Exploring Multi-Constraint Safe Reinforcement Learning with Control Barrier Functions

The paper "Multi-Constraint Safe Reinforcement Learning via Closed-form Solution for Log-Sum-Exp Approximation of Control Barrier Functions" addresses a significant challenge in reinforcement learning (RL): guaranteeing safety during both learning and deployment phases, specifically within multi-constraint environments. This research establishes an innovative framework that intertwines Control Barrier Function (CBF)-based strategies with RL to ensure safety without compromising on computational efficiency.
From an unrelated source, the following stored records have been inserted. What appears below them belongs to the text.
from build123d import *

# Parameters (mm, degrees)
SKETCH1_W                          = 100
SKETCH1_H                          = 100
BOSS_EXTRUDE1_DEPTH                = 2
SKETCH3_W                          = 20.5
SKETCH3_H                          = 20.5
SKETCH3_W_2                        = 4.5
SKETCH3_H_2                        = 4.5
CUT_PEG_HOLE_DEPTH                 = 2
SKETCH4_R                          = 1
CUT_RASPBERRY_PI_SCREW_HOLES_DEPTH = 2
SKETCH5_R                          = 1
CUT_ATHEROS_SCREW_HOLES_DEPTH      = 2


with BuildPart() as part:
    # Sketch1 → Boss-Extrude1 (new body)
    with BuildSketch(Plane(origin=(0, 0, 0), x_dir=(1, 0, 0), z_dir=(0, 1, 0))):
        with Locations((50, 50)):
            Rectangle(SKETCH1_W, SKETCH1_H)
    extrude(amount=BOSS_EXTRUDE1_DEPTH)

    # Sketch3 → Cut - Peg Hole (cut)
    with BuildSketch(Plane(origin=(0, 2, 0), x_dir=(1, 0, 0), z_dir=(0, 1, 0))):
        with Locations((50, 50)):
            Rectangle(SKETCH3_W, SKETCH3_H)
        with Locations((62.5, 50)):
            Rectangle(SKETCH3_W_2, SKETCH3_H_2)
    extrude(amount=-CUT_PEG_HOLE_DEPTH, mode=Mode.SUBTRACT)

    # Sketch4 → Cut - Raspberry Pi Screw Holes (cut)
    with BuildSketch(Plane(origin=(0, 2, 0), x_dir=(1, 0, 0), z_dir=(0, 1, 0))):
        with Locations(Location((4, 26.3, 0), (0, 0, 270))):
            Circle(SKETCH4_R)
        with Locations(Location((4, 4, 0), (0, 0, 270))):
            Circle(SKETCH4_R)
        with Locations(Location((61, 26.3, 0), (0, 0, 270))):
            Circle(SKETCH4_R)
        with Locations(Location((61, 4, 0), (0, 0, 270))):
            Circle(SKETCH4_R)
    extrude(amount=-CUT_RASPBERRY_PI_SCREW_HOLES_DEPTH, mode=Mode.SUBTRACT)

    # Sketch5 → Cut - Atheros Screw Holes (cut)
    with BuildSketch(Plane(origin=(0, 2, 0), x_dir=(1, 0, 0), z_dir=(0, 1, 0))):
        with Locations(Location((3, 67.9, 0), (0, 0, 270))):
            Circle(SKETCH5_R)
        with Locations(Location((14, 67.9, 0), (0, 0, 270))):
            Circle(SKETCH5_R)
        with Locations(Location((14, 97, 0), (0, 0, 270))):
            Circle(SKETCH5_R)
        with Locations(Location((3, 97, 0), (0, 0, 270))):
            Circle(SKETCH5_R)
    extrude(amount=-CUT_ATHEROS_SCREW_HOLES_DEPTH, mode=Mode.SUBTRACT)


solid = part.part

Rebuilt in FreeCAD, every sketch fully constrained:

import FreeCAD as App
import Part
import Sketcher
from FreeCAD import Vector
Q = App.Units.Quantity


def add_polygon(sketch, points):
    """Adds a closed chain of lines whose ends are joined by coincident constraints."""
    first, n = sketch.GeometryCount, len(points)
    for a, b in zip(points, points[1:] + points[:1]):
        sketch.addGeometry(Part.LineSegment(App.Vector(*a, 0), App.Vector(*b, 0)), False)
    for i in range(n):
        sketch.addConstraint(Sketcher.Constraint("Coincident", first + i, 2, first + (i + 1) % n, 1))

doc = App.newDocument("Part")
params = doc.addObject("Spreadsheet::Sheet", "Params")
for row, (alias, value) in enumerate([
    ("sketch1_width", "100 mm"),
    ("pad1_length", "2 mm"),
    ("sketch2_height", "8 mm"),
    ("sketch2_width", "20.5 mm"),
    ("pocket1_length", "2 mm"),
    ("sketch3_diameter", "2 mm"),
    ("pocket2_length", "2 mm"),
    ("sketch4_diameter", "2 mm"),
    ("pocket3_length", "2 mm"),
], start=1):
    params.set(f"A{row}", alias)
    params.set(f"B{row}", "=" + value)
    params.setAlias(f"B{row}", alias)

body = doc.addObject("PartDesign::Body", "Body")

# Sketch on XZ plane
sketch1 = body.newObject("Sketcher::SketchObject", "Sketch")
sketch1.AttachmentSupport = (doc.getObject("XZ_Plane"), [""])
sketch1.MapMode = "FlatFace"
add_polygon(sketch1, [(0, -100), (0, 0), (100, 0), (100, -100)])  # lines 0-3
sketch1.addConstraint(Sketcher.Constraint("Vertical", 0))
sketch1.addConstraint(Sketcher.Constraint("Horizontal", 1))
sketch1.addConstraint(Sketcher.Constraint("Vertical", 2))
sketch1.addConstraint(Sketcher.Constraint("Horizontal", 3))
sketch1.addConstraint(Sketcher.Constraint("Coincident", 0, 2, -1, 1))
sketch1.addConstraint(Sketcher.Constraint("Equal", 3, 0))
sketch1.addConstraint(Sketcher.Constraint("DistanceX", 1, 1, 1, 2, Q("100 mm")))
sketch1.setExpression("Constraints[10]", "Params.sketch1_width")
pad1 = body.newObject("PartDesign::Pad", "Pad")
pad1.Profile = sketch1
pad1.setExpression("Length", "Params.pad1_length")
pad1.Reversed = True

# Sketch on XZ plane
sketch2 = body.newObject("Sketcher::SketchObject", "Sketch001")
sketch2.AttachmentSupport = (doc.getObject("XZ_Plane"), [""])
sketch2.MapMode = "FlatFace"
sketch2.AttachmentOffset = App.Placement(Vector(0, 0, -2), App.Rotation())
add_polygon(sketch2, [(39.8, -60.2), (39.8, -39.8), (60.2, -39.8), (60.2, -47.8), (64.8, -47.8), (64.8, -52.2), (60.2, -52.2), (60.2, -60.2)])  # lines 0-7
sketch2.addConstraint(Sketcher.Constraint("Vertical", 0))
sketch2.addConstraint(Sketcher.Constraint("Horizontal", 1))
sketch2.addConstraint(Sketcher.Constraint("Vertical", 2))
sketch2.addConstraint(Sketcher.Constraint("Horizontal", 3))
sketch2.addConstraint(Sketcher.Constraint("Vertical", 4))
sketch2.addConstraint(Sketcher.Constraint("Horizontal", 5))
sketch2.addConstraint(Sketcher.Constraint("Vertical", 6))
sketch2.addConstraint(Sketcher.Constraint("Horizontal", 7))
sketch2.addConstraint(Sketcher.Constraint("Vertical", 2, 2, 5, 2))
sketch2.addConstraint(Sketcher.Constraint("Equal", 7, 0))
sketch2.addConstraint(Sketcher.Constraint("Equal", 5, 4))
sketch2.addConstraint(Sketcher.Constraint("Equal", 2, 6))
sketch2.addConstraint(Sketcher.Constraint("DistanceY", 2, 2, 2, 1, Q("8 mm")))
sketch2.addConstraint(Sketcher.Constraint("DistanceX", 1, 1, 1, 2, Q("20.5 mm")))
sketch2.addConstraint(Sketcher.Constraint("DistanceX", -1, 1, 0, 2, Q("39.75 mm")))
sketch2.addConstraint(Sketcher.Constraint("DistanceY", 0, 2, -1, 1, Q("39.75 mm")))
sketch2.setExpression("Constraints[20]", "Params.sketch2_height")
sketch2.setExpression("Constraints[21]", "Params.sketch2_width")
pocket1 = body.newObject("PartDesign::Pocket", "Pocket")
pocket1.Profile = sketch2
pocket1.setExpression("Length", "Params.pocket1_length")
pocket1.Reversed = True

# Sketch on XZ plane
sketch3 = body.newObject("Sketcher::SketchObject", "Sketch002")
sketch3.AttachmentSupport = (doc.getObject("XZ_Plane"), [""])
sketch3.MapMode = "FlatFace"
sketch3.AttachmentOffset = App.Placement(Vector(0, 0, -2), App.Rotation())
sketch3.addGeometry(Part.Circle(Vector(4, -26.3, 0), Vector(0, 0, 1), 1), False)
sketch3.addGeometry(Part.Circle(Vector(4, -4, 0), Vector(0, 0, 1), 1), False)
sketch3.addGeometry(Part.Circle(Vector(61, -26.3, 0), Vector(0, 0, 1), 1), False)
sketch3.addGeometry(Part.Circle(Vector(61, -4, 0), Vector(0, 0, 1), 1), False)
sketch3.addConstraint(Sketcher.Constraint("Equal", 0, 1))
sketch3.addConstraint(Sketcher.Constraint("Equal", 1, 2))
sketch3.addConstraint(Sketcher.Constraint("Equal", 2, 3))
sketch3.addConstraint(Sketcher.Constraint("Horizontal", 0, 3, 2, 3))
sketch3.addConstraint(Sketcher.Constraint("Horizontal", 1, 3, 3, 3))
sketch3.addConstraint(Sketcher.Constraint("Vertical", 0, 3, 1, 3))
sketch3.addConstraint(Sketcher.Constraint("Vertical", 2, 3, 3, 3))
sketch3.addConstraint(Sketcher.Constraint("Diameter", 0, Q("2 mm")))
sketch3.addConstraint(Sketcher.Constraint("DistanceX", -1, 1, 0, 3, Q("4 mm")))
sketch3.addConstraint(Sketcher.Constraint("DistanceY", 1, 3, -1, 1, Q("4 mm")))
sketch3.addConstraint(Sketcher.Constraint("DistanceX", -1, 1, 2, 3, Q("61 mm")))
sketch3.addConstraint(Sketcher.Constraint("DistanceY", 0, 3, -1, 1, Q("26.3 mm")))
sketch3.setExpression("Constraints[7]", "Params.sketch3_diameter")
pocket2 = body.newObject("PartDesign::Pocket", "Pocket001")
pocket2.Profile = sketch3
pocket2.setExpression("Length", "Params.pocket2_length")
pocket2.Reversed = True

# Sketch on XZ plane
sketch4 = body.newObject("Sketcher::SketchObject", "Sketch003")
sketch4.AttachmentSupport = (doc.getObject("XZ_Plane"), [""])
sketch4.MapMode = "FlatFace"
sketch4.AttachmentOffset = App.Placement(Vector(0, 0, -2), App.Rotation())
sketch4.addGeometry(Part.Circle(Vector(3, -67.9, 0), Vector(0, 0, 1), 1), False)
sketch4.addGeometry(Part.Circle(Vector(14, -67.9, 0), Vector(0, 0, 1), 1), False)
sketch4.addGeometry(Part.Circle(Vector(14, -97, 0), Vector(0, 0, 1), 1), False)
sketch4.addGeometry(Part.Circle(Vector(3, -97, 0), Vector(0, 0, 1), 1), False)
sketch4.addConstraint(Sketcher.Constraint("Equal", 0, 1))
sketch4.addConstraint(Sketcher.Constraint("Equal", 1, 2))
sketch4.addConstraint(Sketcher.Constraint("Equal", 2, 3))
sketch4.addConstraint(Sketcher.Constraint("Horizontal", 0, 3, 1, 3))
sketch4.addConstraint(Sketcher.Constraint("Horizontal", 2, 3, 3, 3))
sketch4.addConstraint(Sketcher.Constraint("Vertical", 1, 3, 2, 3))
sketch4.addConstraint(Sketcher.Constraint("Vertical", 0, 3, 3, 3))
sketch4.addConstraint(Sketcher.Constraint("Diameter", 0, Q("2 mm")))
sketch4.addConstraint(Sketcher.Constraint("DistanceX", -1, 1, 0, 3, Q("3 mm")))
sketch4.addConstraint(Sketcher.Constraint("DistanceX", -1, 1, 1, 3, Q("14 mm")))
sketch4.addConstraint(Sketcher.Constraint("DistanceY", 2, 3, -1, 1, Q("97 mm")))
sketch4.addConstraint(Sketcher.Constraint("DistanceY", 0, 3, -1, 1, Q("67.9 mm")))
sketch4.setExpression("Constraints[7]", "Params.sketch4_diameter")
pocket3 = body.newObject("PartDesign::Pocket", "Pocket002")
pocket3.Profile = sketch4
pocket3.setExpression("Length", "Params.pocket3_length")
pocket3.Reversed = True

doc.recompute()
Safety within RL has become a focal point due to the proliferation of autonomous systems that must operate reliably in dynamic and potentially risky environments. Given the inadequacies of traditional RL methods in managing safety constraints, methodologies like CBF—a mathematical approach providing theoretical safety assurances—are pivotal. CBFs have been successfully applied to control-affine systems, yet integrating them directly into RL frameworks presents considerable technical hurdles, particularly concerning differentiability and scalability in multi-constraint optimization.

The authors propose a composite CBF-based framework that circumvents the typical inefficiencies associated with differentiable optimization. Through the Log-Sum-Exp approximation method, multiple safety constraints are transformed into a single composite constraint. This transformation allows the derivation of a closed-form solution for the quadratic program (QP), which forms the core of ensuring the generation of safe policies in RL. The analytical solution significantly reduces the computational complexity that plagues traditional methods reliant on differentiable optimization, thus maintaining safety guarantees while improving computational efficiency.

Simulation results highlight the method's potential for substantial reduction in training costs compared to differentiable optimization techniques, thereby facilitating safer RL deployment in large-scale problems. The framework yields promising outcomes in terms of safer and quicker convergence during training, offering a scalable solution to RL challenges in complex environments.

While the direct implications of this research are practical, extending its reach to real-world robotic systems, the theoretical underpinnings encourage further exploration. As AI continues to evolve, methods like those proposed in this paper can offer foundational advancements in safely managing control within RL. Future research may explore additional applications of composite CBFs, assess their impact under stricter constraints, and investigate their integration into other existing optimization frameworks.

Overall, the work reflects a substantial advancement in RL safety assurance for multi-constraint systems, presenting both an effective and computationally efficient approach. This development stands to enhance deployment competencies in various domains, from autonomous vehicles to complex robotic control mechanisms, promoting broader application potentials in safely achieving optimization goals amidst intricate constraints.